Bayesian methods for the use of implicit polynomials and algebraic invariants in practical computer vision

Abstract

Implicit higher degree polynomials in x, y, z (or in x, y for curves in images) have considerable global and semiglobal representation power for objects in 3D space. (Spheres, cylinders, cones and planes are special cases of such polynomials restricted to second degree). Hence, they have great potential for object recognition and position estimation and for object geometric-property measurement.
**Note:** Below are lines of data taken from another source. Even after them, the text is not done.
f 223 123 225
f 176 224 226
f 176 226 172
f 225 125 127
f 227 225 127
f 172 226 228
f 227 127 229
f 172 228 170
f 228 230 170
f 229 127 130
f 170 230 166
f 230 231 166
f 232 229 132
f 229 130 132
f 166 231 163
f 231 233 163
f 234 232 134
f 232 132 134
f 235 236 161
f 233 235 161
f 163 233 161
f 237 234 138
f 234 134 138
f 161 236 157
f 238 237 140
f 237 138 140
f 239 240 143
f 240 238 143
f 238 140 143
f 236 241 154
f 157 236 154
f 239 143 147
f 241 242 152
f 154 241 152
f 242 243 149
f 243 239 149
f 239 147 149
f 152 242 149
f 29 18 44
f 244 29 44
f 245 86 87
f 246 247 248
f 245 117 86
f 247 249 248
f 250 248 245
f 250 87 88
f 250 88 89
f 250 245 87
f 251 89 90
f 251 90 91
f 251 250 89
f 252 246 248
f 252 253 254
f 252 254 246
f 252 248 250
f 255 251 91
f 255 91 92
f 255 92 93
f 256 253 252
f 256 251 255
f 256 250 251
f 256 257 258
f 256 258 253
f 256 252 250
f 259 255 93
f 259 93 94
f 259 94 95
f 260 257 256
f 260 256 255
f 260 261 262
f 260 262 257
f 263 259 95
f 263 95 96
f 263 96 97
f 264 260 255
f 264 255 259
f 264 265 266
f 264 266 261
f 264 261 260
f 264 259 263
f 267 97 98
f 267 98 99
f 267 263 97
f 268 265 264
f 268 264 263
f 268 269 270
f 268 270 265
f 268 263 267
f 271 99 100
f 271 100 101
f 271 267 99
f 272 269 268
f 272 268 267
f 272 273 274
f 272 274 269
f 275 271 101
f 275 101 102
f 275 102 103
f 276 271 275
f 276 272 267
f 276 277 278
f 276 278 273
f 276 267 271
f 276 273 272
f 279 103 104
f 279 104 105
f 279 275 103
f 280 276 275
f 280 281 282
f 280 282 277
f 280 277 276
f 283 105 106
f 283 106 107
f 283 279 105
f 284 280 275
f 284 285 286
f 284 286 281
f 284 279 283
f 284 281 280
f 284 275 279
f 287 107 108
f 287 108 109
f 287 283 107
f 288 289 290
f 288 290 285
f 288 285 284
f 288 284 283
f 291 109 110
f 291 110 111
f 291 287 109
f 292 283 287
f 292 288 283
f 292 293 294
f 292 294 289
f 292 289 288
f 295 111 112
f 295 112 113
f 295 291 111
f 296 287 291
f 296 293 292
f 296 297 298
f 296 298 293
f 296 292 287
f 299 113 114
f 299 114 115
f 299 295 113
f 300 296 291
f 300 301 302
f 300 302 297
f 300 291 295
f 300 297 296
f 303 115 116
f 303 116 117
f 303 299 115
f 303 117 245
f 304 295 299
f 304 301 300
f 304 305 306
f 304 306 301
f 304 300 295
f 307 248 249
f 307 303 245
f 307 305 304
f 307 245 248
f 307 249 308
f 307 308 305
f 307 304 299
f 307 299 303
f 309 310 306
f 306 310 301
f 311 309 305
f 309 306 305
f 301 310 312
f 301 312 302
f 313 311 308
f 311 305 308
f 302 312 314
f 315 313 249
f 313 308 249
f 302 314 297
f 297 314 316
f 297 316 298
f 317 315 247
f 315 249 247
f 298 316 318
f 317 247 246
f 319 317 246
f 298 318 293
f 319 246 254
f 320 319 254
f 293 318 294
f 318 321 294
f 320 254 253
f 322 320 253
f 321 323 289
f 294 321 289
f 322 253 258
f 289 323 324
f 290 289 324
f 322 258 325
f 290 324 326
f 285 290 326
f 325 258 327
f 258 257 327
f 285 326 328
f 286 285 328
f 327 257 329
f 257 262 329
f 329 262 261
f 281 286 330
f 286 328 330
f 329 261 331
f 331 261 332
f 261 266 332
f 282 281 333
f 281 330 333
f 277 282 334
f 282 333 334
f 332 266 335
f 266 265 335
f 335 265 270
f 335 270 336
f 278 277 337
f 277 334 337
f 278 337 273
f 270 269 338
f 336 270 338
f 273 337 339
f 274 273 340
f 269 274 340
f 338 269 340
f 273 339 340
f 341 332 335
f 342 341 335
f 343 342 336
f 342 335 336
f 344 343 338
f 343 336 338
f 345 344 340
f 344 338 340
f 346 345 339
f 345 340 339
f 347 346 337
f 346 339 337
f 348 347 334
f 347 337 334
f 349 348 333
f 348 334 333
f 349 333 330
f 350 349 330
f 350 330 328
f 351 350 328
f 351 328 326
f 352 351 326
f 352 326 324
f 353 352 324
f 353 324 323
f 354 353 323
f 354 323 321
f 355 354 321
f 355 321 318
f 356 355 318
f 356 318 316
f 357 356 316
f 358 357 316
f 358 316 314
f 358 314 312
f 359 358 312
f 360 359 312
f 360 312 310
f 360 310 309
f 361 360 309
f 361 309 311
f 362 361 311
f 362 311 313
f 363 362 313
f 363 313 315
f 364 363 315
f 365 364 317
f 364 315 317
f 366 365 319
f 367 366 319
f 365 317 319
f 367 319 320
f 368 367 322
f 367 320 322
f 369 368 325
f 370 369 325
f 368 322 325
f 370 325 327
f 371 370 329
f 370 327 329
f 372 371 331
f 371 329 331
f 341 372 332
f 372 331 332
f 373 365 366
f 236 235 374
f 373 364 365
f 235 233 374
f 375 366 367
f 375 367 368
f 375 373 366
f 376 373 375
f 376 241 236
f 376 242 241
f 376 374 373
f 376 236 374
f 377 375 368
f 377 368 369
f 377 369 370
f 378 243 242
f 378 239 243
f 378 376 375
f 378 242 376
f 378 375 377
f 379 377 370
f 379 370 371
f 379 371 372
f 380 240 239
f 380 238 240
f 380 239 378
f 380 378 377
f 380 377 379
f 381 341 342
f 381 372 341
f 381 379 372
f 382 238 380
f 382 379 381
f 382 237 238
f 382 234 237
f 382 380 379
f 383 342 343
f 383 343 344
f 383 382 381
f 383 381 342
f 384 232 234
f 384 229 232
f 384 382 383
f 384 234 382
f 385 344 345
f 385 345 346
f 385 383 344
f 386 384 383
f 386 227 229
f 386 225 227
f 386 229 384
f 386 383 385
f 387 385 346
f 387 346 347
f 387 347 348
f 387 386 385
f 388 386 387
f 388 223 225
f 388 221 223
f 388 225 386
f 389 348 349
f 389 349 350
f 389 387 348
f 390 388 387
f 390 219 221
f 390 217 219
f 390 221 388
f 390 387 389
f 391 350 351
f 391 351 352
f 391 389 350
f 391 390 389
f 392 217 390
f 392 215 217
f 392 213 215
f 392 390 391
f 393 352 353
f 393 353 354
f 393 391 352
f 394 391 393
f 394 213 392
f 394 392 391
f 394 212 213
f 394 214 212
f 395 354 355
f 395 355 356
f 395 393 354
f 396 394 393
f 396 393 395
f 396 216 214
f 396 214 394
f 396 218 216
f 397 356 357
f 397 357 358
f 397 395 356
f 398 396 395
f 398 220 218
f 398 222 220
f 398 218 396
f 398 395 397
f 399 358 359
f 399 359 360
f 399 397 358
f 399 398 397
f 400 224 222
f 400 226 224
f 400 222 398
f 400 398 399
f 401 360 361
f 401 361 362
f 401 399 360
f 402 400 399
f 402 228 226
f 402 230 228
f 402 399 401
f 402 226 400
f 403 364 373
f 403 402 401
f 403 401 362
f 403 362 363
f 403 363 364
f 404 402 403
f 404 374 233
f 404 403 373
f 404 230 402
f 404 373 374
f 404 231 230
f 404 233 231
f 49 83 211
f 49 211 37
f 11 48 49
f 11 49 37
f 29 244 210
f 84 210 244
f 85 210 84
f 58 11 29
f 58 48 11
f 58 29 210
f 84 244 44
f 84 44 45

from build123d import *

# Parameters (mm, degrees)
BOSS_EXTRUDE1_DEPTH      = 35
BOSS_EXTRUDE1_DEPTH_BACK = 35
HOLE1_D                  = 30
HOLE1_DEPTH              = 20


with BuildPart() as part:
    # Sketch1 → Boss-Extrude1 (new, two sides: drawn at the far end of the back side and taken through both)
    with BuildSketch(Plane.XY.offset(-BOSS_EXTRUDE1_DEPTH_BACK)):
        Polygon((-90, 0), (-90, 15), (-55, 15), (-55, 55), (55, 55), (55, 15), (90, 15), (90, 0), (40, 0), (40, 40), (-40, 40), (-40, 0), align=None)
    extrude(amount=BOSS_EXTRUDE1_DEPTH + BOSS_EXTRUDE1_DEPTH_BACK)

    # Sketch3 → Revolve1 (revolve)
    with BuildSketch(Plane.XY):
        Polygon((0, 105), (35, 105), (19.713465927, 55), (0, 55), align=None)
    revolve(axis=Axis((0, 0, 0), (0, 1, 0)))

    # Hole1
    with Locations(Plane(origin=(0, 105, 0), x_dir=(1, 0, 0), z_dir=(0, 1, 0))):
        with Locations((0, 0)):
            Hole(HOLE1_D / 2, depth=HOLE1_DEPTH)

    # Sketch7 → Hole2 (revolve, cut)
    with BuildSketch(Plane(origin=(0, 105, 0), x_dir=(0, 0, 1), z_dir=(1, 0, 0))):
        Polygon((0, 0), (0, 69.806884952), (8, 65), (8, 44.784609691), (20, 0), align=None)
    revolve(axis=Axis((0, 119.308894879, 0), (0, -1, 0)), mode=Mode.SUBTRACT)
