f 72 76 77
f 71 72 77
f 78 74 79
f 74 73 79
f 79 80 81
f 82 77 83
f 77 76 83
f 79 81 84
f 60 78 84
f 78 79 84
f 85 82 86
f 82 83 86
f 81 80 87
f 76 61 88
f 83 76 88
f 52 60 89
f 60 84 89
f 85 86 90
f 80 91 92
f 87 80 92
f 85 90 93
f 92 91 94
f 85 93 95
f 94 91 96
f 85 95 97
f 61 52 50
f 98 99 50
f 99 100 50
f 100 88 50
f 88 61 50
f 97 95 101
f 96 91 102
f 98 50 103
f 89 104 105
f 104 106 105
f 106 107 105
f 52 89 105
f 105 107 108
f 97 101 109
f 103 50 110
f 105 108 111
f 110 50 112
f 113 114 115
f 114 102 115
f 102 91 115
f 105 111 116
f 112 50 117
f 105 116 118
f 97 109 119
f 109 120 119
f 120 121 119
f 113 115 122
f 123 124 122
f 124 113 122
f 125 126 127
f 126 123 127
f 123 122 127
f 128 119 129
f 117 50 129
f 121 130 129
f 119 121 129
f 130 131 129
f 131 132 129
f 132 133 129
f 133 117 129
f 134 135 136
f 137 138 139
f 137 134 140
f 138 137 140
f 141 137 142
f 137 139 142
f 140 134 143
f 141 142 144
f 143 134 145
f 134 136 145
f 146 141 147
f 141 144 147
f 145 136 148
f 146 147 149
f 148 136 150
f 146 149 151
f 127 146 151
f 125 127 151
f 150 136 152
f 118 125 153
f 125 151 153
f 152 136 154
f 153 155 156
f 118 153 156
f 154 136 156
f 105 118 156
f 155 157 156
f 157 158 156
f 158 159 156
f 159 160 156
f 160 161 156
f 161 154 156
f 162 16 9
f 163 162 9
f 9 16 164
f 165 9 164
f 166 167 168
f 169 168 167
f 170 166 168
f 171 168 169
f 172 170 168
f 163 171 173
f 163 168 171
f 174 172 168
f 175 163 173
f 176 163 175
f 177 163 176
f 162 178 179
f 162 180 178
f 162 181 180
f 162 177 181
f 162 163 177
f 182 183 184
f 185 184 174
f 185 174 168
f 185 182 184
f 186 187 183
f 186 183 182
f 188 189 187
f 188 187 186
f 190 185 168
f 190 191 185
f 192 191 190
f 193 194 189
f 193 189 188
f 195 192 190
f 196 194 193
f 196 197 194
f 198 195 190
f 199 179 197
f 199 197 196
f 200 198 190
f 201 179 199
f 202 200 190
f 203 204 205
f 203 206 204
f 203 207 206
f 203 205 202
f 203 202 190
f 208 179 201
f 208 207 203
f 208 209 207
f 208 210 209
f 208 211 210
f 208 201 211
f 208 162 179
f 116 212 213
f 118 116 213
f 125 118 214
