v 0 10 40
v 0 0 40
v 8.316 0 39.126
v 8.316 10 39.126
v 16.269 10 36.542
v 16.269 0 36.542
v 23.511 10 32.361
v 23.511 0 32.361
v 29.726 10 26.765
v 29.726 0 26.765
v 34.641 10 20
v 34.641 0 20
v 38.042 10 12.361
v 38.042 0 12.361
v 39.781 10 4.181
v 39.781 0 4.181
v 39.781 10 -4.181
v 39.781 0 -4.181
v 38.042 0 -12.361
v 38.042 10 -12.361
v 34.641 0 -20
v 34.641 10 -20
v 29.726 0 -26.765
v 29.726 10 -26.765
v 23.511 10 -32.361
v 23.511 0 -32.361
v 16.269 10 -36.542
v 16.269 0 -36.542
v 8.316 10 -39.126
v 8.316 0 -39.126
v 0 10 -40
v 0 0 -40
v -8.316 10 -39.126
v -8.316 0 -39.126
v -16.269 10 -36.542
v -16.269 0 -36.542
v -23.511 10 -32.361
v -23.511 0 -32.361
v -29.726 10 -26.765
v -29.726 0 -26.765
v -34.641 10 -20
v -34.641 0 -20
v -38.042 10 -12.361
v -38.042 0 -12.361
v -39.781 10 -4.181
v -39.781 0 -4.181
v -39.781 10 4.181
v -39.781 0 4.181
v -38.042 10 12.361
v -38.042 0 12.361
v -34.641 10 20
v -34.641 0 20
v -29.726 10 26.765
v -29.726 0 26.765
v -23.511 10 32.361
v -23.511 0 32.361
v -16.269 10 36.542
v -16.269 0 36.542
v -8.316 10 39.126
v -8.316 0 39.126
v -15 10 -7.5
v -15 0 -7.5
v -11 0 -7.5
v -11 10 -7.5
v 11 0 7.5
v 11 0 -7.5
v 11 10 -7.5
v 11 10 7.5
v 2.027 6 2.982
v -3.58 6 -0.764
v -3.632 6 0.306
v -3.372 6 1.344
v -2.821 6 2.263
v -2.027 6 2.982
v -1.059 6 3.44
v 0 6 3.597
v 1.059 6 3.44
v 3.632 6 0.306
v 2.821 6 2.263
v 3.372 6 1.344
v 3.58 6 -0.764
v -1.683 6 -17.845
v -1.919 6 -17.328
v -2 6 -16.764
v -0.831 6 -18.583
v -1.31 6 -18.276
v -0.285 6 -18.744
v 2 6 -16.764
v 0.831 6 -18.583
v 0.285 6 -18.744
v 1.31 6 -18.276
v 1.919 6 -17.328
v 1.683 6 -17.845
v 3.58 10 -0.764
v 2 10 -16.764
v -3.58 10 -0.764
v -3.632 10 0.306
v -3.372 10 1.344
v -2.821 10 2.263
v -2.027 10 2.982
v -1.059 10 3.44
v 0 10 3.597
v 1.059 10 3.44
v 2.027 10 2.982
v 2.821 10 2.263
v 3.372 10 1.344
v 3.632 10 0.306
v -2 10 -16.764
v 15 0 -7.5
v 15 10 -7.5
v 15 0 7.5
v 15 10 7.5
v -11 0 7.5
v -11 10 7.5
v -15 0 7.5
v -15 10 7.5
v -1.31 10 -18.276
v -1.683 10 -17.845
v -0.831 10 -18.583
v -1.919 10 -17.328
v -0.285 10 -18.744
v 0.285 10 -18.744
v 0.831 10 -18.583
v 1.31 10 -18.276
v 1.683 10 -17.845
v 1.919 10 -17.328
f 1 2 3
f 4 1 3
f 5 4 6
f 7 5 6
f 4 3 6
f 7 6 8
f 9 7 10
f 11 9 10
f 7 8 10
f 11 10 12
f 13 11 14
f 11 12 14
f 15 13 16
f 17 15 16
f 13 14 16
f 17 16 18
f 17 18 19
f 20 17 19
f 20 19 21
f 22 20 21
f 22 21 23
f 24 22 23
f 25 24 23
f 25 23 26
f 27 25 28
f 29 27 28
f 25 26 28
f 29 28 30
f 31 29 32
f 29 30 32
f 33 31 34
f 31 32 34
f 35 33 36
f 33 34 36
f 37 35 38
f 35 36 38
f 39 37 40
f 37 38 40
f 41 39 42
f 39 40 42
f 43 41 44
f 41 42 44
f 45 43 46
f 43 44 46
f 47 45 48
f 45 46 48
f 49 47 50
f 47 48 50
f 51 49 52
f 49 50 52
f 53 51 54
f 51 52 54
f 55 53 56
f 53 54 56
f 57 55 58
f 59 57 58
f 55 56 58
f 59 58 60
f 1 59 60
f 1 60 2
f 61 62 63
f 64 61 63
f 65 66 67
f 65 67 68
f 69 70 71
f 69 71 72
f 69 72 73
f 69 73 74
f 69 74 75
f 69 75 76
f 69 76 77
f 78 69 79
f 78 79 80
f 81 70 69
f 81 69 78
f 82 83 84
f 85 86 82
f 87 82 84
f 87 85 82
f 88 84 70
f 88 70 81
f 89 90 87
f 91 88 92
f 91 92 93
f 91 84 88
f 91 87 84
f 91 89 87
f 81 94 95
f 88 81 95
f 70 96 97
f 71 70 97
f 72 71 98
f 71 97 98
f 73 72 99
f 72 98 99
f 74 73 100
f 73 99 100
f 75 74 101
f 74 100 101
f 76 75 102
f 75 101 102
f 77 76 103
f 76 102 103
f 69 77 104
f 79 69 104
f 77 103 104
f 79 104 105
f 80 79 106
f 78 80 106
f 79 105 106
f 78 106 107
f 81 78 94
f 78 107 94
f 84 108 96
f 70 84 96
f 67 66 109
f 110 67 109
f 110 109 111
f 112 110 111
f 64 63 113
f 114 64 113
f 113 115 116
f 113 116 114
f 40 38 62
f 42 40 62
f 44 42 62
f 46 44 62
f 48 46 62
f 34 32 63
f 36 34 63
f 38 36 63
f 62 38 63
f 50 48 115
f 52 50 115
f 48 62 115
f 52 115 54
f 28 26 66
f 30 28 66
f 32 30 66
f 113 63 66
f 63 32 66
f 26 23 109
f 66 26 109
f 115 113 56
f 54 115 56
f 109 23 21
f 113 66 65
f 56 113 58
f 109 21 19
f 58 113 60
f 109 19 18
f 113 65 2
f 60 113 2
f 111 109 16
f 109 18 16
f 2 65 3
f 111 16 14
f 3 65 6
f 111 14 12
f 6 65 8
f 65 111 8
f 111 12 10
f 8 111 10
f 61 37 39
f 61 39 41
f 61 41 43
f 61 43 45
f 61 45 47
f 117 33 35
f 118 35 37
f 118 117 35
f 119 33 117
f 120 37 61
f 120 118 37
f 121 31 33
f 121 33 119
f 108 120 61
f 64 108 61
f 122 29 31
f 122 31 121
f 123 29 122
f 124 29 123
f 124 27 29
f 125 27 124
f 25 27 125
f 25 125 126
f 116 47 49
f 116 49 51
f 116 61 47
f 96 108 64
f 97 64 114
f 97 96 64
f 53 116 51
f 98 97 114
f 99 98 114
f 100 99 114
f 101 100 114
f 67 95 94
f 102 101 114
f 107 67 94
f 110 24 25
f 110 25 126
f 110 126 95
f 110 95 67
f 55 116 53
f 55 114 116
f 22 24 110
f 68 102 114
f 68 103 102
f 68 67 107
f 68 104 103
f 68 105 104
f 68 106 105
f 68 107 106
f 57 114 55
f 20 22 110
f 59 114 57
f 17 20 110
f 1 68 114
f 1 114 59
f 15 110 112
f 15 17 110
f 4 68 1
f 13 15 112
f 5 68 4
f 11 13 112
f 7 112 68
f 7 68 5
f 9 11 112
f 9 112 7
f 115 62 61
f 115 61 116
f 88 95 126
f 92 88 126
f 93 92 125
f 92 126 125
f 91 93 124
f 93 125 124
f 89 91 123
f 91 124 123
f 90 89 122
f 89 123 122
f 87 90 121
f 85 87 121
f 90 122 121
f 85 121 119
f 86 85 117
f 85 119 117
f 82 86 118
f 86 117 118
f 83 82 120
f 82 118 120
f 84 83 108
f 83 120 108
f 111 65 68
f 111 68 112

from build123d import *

# Parameters (mm, degrees)
SKETCH1_R           = 40
BOSS_EXTRUDE1_DEPTH = 10
CUT_EXTRUDE1_DEPTH  = 4
SKETCH3_W           = 4
SKETCH3_H           = 15
CUT_EXTRUDE2_DEPTH  = 10


with BuildPart() as part:
    # Sketch1 → Boss-Extrude1 (new body)
    with BuildSketch(Plane(origin=(0, 0, 0), x_dir=(1, 0, 0), z_dir=(0, 1, 0))):
        with Locations(Location((0, 0, 0), (0, 0, 270))):
            Circle(SKETCH1_R)
    extrude(amount=BOSS_EXTRUDE1_DEPTH)

    # Sketch2 → Cut-Extrude1 (cut)
    with BuildSketch(Plane(origin=(0, 10, 0), x_dir=(1, 0, 0), z_dir=(0, 1, 0))):
        with BuildLine():
            Line((-2, 16.764144262), (-3.580103784, 0.764144262))
            ThreePointArc((-3.580103784, 0.764144262), (0, -3.596740326), (3.580103784, 0.764144262))
            Line((3.580103784, 0.764144262), (2, 16.764144262))
            ThreePointArc((2, 16.764144262), (0, 18.764144262), (-2, 16.764144262))
        make_face()
    extrude(amount=-CUT_EXTRUDE1_DEPTH, mode=Mode.SUBTRACT)

    # Sketch3 → Cut-Extrude2 (cut)
    with BuildSketch(Plane.XZ):
        with Locations((13, 0)):
            Rectangle(SKETCH3_W, SKETCH3_H)
        with Locations((-13, 0)):
            Rectangle(SKETCH3_W, SKETCH3_H)
    extrude(amount=-CUT_EXTRUDE2_DEPTH, mode=Mode.SUBTRACT)


solid = part.part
In this paper we deal with four problems pertinent to using these polynomials in real world robust systems: (1) Characterization and fitting algorithms for the subset of these algebraic curves and surfaces that is bounded and exists largely in the vicinity of the data; (2) The aposteriori distribution for the possible polynomial coefficients given a data set. This measures the extent to which a data set constrains the coefficients of the best fitting polynomial; (3) Geometric Invariants for determining whether one implicit polynomial curve or surface is a rotation and translation of another, or whether one implicit polynomial curve is an affine transformation of another; (4) A Mahalanobis distance for comparing the coefficients or the invariants of two polynomials to determine whether the curves or surfaces that they represent are close over a specified region. In addition to handling objects with easily detectable features such as vertices, high curvature points, and straight lines, the polynomials and tools discussed in this paper are ideally suited to smooth curves and smooth curved surfaces which do no have detectable features.